Therefore, the second position is defined as the position at which the height of the engaging element 24 is the same as that of the first protruding column 21. To put it in greater details, the second position refers to the top surface of the resist structure 25 being aligned to the top surface of the first protruding column 21 in a direction perpendicular to the carrying surface 201. Being pushed by the second protruding column 12, the engaging element 24 can move towards the carrying surface 201 in a direction perpendicular to the carrying surface 201. On the other hand, the first magnet unit 221 and the second magnet unit 222 correspondingly approach to each other to increase the magnetic repulsion between the first magnet unit 221 and the second magnet unit 222. When the engaging element 24 is located at the second position, that is, when the resist structure 25 is aligned to the first protruding column 21, the shell surface 10 is slidable relative to the carrying surface 201 along an arrow direction as shown in FIG. 2 (b).

As indicated in FIG. 2 (c), when the shell surface 10 slides to a predetermined position so that the third protruding column 23 can be engaged with the hooking structure 11, the second protruding column 12 correspondingly moves away from the engaging element 24 to release the above pushing state and restore the increased magnetic repulsion between the first magnet unit 221 and the second magnet unit 222. Moreover, the engaging element 24 moves away from the carrying surface 201 so that the resist structure 25 is higher than the first protruding column 21 relative to the carrying surface 201, the second protruding column 12 can resist the resist structure 25 of the engaging element 24, and the shell surface 10 is fixedly assembled on the carrying main body 20.

In other words, the magnetic repulsion between the first magnet unit 221 and the second magnet unit 222 is restored so that the engaging element 24 is pushed back to the first position as shown in FIG. 2 (a), and the shell surface 10 is resisted by the resist structure 25 and will not slide or come off the carrying main body 20. FIG. 2 (c) is similar to FIG. 1. Given that associated elements have corresponding shapes and sizes, the engaging element 24 located at the first position will fix the shell surface 10 and the carrying main body 20 have been assembled to each other.

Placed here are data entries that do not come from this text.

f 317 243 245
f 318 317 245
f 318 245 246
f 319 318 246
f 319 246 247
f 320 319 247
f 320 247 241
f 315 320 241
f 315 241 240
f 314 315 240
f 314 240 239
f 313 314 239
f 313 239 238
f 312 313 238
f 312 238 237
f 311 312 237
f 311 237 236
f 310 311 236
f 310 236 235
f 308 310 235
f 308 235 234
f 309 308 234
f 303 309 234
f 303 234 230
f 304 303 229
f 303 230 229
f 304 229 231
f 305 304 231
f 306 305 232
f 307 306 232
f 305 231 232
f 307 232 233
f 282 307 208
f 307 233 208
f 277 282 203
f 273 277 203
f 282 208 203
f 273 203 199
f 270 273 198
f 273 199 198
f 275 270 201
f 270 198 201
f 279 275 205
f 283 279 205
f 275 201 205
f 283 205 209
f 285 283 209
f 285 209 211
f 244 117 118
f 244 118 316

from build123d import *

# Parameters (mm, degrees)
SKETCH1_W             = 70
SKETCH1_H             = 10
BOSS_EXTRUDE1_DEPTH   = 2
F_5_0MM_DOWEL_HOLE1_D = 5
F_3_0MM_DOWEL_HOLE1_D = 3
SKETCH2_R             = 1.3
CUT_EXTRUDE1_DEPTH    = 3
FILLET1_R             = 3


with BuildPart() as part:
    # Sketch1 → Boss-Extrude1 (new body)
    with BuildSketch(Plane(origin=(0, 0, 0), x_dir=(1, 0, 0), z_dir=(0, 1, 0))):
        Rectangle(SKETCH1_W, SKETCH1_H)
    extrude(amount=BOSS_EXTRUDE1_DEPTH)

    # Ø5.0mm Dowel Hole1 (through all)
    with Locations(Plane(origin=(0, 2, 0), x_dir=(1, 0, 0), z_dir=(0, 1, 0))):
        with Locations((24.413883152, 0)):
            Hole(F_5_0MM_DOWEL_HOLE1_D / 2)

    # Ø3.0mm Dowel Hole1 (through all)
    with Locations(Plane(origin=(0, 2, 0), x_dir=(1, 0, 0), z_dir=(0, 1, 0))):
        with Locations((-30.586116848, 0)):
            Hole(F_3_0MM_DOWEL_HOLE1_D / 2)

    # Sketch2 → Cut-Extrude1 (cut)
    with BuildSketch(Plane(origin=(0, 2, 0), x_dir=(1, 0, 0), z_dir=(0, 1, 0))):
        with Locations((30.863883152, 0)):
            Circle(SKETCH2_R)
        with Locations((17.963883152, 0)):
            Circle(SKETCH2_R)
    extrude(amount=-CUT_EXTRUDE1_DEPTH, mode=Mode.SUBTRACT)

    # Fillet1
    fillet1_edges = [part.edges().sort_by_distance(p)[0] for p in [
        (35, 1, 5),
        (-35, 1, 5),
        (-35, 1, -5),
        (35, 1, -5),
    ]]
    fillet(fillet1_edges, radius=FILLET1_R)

FIGS. 3 (a) to (c) are operation diagrams showing a shell surface 10 of an engaging fixing module 100 being disassembled from a carrying main body 20. In the present embodiment, the operation of disassembling the shell surface 10 from the carrying main body 20 is reverse to the assembly operation disclosed above. That is, the shell surface 10 of the present invention slides relative to the carrying surface 201 in a direction parallel to the carrying surface 201 so as to be disassembled from the carrying main body 20. As indicated in FIG. 3 (a), a magnet removing unit 30 (the S-polarity) is corresponding to the engaging element 24 and disposed adjacent to the shell surface 10 to increase the magnetic repulsion between the magnet removing unit 30 and the first magnet unit 221 underneath and accordingly increase the magnetic repulsion between the first magnet unit 221 and the second magnet unit 222.

As indicated in FIG. 3 (a), the magnet removing unit 30 is designed to have a sufficient magnetic force for overcoming the magnetic repulsion between the first magnet unit 221 and the second magnet unit 222, so that the first magnet unit 221 and the second magnet unit 222 can approach to each other for enabling the engaging element 24 to be located at the second position. To put it in greater details, the external magnetic force moves the engaging element 24 downwards to approach the carrying surface 201 in a direction perpendicular to the carrying surface 201, so that the resist structure 25 is aligned to the first protruding column 21 and the magnetic repulsion between the first magnet unit 221 and the second magnet unit 222 is increased accordingly. In other words, when the engaging element 24 is located at the second position, the resist structure 25 cannot resist the second protruding column 12, so that the shell surface 10 is slidable relative to the carrying surface 201 along an arrow direction as shown in FIG. 3 (a).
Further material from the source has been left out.